What you should do = Which lines run from the line with "#52=VERTEX_POINT('',#51);" through the line with "#113=AXIS2_PLACEMENT_3D('',#75,#112,#91);" in the entries below? Print them exactly, both ends included, and nothing more.

Data =
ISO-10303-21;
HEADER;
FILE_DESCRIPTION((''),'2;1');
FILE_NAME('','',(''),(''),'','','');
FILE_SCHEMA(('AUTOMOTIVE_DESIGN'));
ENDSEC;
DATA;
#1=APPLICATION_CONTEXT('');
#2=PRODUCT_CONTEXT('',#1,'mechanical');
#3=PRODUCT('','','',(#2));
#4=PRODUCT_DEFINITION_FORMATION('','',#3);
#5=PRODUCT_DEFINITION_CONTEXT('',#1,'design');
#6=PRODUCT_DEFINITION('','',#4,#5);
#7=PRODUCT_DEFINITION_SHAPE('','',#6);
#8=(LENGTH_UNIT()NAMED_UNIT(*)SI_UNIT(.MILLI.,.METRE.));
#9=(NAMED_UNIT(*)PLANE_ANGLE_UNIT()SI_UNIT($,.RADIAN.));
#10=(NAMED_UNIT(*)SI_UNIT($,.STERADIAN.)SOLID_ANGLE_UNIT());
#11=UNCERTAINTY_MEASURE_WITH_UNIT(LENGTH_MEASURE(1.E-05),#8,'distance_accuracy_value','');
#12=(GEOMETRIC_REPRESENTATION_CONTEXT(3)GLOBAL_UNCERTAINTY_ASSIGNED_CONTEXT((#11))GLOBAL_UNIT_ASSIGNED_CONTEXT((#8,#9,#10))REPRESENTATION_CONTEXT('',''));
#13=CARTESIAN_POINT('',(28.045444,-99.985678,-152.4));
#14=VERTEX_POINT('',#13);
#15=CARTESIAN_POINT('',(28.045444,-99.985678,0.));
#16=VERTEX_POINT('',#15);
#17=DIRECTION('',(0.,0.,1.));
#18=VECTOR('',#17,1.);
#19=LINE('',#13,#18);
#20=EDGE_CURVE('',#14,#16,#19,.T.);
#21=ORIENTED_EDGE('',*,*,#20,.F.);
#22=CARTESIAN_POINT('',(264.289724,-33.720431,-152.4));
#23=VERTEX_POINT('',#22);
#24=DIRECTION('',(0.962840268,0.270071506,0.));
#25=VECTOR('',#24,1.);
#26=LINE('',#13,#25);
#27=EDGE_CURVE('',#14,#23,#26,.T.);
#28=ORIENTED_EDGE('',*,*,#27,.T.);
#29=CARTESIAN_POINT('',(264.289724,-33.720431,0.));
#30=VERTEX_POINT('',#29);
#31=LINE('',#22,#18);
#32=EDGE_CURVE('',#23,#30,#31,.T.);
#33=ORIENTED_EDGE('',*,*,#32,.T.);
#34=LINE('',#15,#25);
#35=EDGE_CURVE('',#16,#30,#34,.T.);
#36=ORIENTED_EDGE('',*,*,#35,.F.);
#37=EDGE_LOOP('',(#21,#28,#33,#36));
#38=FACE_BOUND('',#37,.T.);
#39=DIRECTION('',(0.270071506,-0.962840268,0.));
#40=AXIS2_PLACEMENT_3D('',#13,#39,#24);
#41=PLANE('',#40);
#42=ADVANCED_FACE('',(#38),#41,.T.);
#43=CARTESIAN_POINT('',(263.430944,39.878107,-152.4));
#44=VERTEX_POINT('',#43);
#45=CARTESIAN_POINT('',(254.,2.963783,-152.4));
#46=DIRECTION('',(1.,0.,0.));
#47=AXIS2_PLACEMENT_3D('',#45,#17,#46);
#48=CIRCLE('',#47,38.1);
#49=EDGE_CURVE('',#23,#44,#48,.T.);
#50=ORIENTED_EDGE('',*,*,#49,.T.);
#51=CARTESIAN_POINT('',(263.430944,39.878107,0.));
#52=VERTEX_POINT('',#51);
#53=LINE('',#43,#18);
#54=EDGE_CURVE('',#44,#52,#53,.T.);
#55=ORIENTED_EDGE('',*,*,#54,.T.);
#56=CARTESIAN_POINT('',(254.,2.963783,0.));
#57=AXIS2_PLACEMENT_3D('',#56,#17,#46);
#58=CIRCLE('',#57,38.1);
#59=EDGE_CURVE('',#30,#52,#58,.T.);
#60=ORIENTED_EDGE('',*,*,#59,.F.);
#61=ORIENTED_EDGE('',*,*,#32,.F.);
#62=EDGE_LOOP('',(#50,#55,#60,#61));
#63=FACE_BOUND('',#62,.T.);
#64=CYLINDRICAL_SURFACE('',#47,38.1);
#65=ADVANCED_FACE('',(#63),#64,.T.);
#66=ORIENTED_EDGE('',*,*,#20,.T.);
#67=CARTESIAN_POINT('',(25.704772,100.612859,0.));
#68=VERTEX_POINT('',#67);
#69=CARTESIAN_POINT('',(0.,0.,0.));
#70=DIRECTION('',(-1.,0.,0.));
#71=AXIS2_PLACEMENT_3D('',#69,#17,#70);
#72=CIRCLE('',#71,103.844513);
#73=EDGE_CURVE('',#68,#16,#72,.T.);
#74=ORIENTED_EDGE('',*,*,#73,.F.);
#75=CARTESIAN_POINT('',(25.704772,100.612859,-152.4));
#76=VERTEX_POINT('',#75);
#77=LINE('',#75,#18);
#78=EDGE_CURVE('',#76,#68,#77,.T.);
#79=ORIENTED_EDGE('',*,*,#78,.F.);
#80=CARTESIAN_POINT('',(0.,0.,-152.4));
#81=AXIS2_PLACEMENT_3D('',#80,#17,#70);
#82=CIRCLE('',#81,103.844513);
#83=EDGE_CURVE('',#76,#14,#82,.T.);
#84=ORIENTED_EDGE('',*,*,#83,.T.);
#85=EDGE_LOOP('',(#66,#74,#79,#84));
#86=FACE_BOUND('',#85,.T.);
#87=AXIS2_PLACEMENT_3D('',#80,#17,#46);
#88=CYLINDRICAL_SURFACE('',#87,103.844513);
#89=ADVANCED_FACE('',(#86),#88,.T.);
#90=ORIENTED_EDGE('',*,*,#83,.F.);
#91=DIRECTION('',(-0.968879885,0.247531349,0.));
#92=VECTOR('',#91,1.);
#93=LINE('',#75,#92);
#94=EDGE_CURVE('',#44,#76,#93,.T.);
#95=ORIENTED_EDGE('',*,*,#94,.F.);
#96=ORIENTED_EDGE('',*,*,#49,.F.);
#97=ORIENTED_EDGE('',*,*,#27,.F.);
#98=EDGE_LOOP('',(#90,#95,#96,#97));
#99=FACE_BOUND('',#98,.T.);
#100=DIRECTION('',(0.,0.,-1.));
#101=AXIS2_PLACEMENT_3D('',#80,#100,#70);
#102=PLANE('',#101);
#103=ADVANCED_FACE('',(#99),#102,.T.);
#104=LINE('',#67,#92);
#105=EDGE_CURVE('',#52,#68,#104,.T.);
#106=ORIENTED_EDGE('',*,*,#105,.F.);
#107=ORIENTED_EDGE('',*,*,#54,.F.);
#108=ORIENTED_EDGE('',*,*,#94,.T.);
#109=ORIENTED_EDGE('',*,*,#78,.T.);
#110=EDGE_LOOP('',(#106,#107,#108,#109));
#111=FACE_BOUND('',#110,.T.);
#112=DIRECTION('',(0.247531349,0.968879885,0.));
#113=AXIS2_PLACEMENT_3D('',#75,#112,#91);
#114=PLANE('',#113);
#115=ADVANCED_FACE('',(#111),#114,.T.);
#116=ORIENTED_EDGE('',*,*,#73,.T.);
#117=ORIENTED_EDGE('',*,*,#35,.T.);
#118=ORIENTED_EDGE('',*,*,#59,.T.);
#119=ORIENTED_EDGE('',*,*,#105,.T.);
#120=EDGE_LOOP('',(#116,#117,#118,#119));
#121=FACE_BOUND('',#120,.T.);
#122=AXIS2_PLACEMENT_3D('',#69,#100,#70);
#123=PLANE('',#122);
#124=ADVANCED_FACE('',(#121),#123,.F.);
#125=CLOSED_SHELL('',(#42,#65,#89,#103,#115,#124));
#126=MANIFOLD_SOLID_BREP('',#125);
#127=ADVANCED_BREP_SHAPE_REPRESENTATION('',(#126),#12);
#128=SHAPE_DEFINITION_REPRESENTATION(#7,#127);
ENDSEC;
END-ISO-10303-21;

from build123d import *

# Parameters (mm, degrees)
BOSS_EXTRUDE1_DEPTH = 152.4


with BuildPart() as part:
    # Sketch1 → Boss-Extrude1 (new body)
    with BuildSketch(Plane.XY):
        with BuildLine():
            Line((28.045443959, -99.985678365), (264.289724394, -33.720430823))
            ThreePointArc((264.289724394, -33.720430823), (292.097406561, 3.408320629), (263.43094438, 39.878107))
            Line((263.43094438, 39.878107), (25.704772254, 100.612859458))
            ThreePointArc((25.704772254, 100.612859458), (-103.837444017, -1.211620831), (28.045443959, -99.985678365))
        make_face()
    extrude(amount=-BOSS_EXTRUDE1_DEPTH)


solid = part.part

Finished task =
#52=VERTEX_POINT('',#51);
#53=LINE('',#43,#18);
#54=EDGE_CURVE('',#44,#52,#53,.T.);
#55=ORIENTED_EDGE('',*,*,#54,.T.);
#56=CARTESIAN_POINT('',(254.,2.963783,0.));
#57=AXIS2_PLACEMENT_3D('',#56,#17,#46);
#58=CIRCLE('',#57,38.1);
#59=EDGE_CURVE('',#30,#52,#58,.T.);
#60=ORIENTED_EDGE('',*,*,#59,.F.);
#61=ORIENTED_EDGE('',*,*,#32,.F.);
#62=EDGE_LOOP('',(#50,#55,#60,#61));
#63=FACE_BOUND('',#62,.T.);
#64=CYLINDRICAL_SURFACE('',#47,38.1);
#65=ADVANCED_FACE('',(#63),#64,.T.);
#66=ORIENTED_EDGE('',*,*,#20,.T.);
#67=CARTESIAN_POINT('',(25.704772,100.612859,0.));
#68=VERTEX_POINT('',#67);
#69=CARTESIAN_POINT('',(0.,0.,0.));
#70=DIRECTION('',(-1.,0.,0.));
#71=AXIS2_PLACEMENT_3D('',#69,#17,#70);
#72=CIRCLE('',#71,103.844513);
#73=EDGE_CURVE('',#68,#16,#72,.T.);
#74=ORIENTED_EDGE('',*,*,#73,.F.);
#75=CARTESIAN_POINT('',(25.704772,100.612859,-152.4));
#76=VERTEX_POINT('',#75);
#77=LINE('',#75,#18);
#78=EDGE_CURVE('',#76,#68,#77,.T.);
#79=ORIENTED_EDGE('',*,*,#78,.F.);
#80=CARTESIAN_POINT('',(0.,0.,-152.4));
#81=AXIS2_PLACEMENT_3D('',#80,#17,#70);
#82=CIRCLE('',#81,103.844513);
#83=EDGE_CURVE('',#76,#14,#82,.T.);
#84=ORIENTED_EDGE('',*,*,#83,.T.);
#85=EDGE_LOOP('',(#66,#74,#79,#84));
#86=FACE_BOUND('',#85,.T.);
#87=AXIS2_PLACEMENT_3D('',#80,#17,#46);
#88=CYLINDRICAL_SURFACE('',#87,103.844513);
#89=ADVANCED_FACE('',(#86),#88,.T.);
#90=ORIENTED_EDGE('',*,*,#83,.F.);
#91=DIRECTION('',(-0.968879885,0.247531349,0.));
#92=VECTOR('',#91,1.);
#93=LINE('',#75,#92);
#94=EDGE_CURVE('',#44,#76,#93,.T.);
#95=ORIENTED_EDGE('',*,*,#94,.F.);
#96=ORIENTED_EDGE('',*,*,#49,.F.);
#97=ORIENTED_EDGE('',*,*,#27,.F.);
#98=EDGE_LOOP('',(#90,#95,#96,#97));
#99=FACE_BOUND('',#98,.T.);
#100=DIRECTION('',(0.,0.,-1.));
#101=AXIS2_PLACEMENT_3D('',#80,#100,#70);
#102=PLANE('',#101);
#103=ADVANCED_FACE('',(#99),#102,.T.);
#104=LINE('',#67,#92);
#105=EDGE_CURVE('',#52,#68,#104,.T.);
#106=ORIENTED_EDGE('',*,*,#105,.F.);
#107=ORIENTED_EDGE('',*,*,#54,.F.);
#108=ORIENTED_EDGE('',*,*,#94,.T.);
#109=ORIENTED_EDGE('',*,*,#78,.T.);
#110=EDGE_LOOP('',(#106,#107,#108,#109));
#111=FACE_BOUND('',#110,.T.);
#112=DIRECTION('',(0.247531349,0.968879885,0.));
#113=AXIS2_PLACEMENT_3D('',#75,#112,#91);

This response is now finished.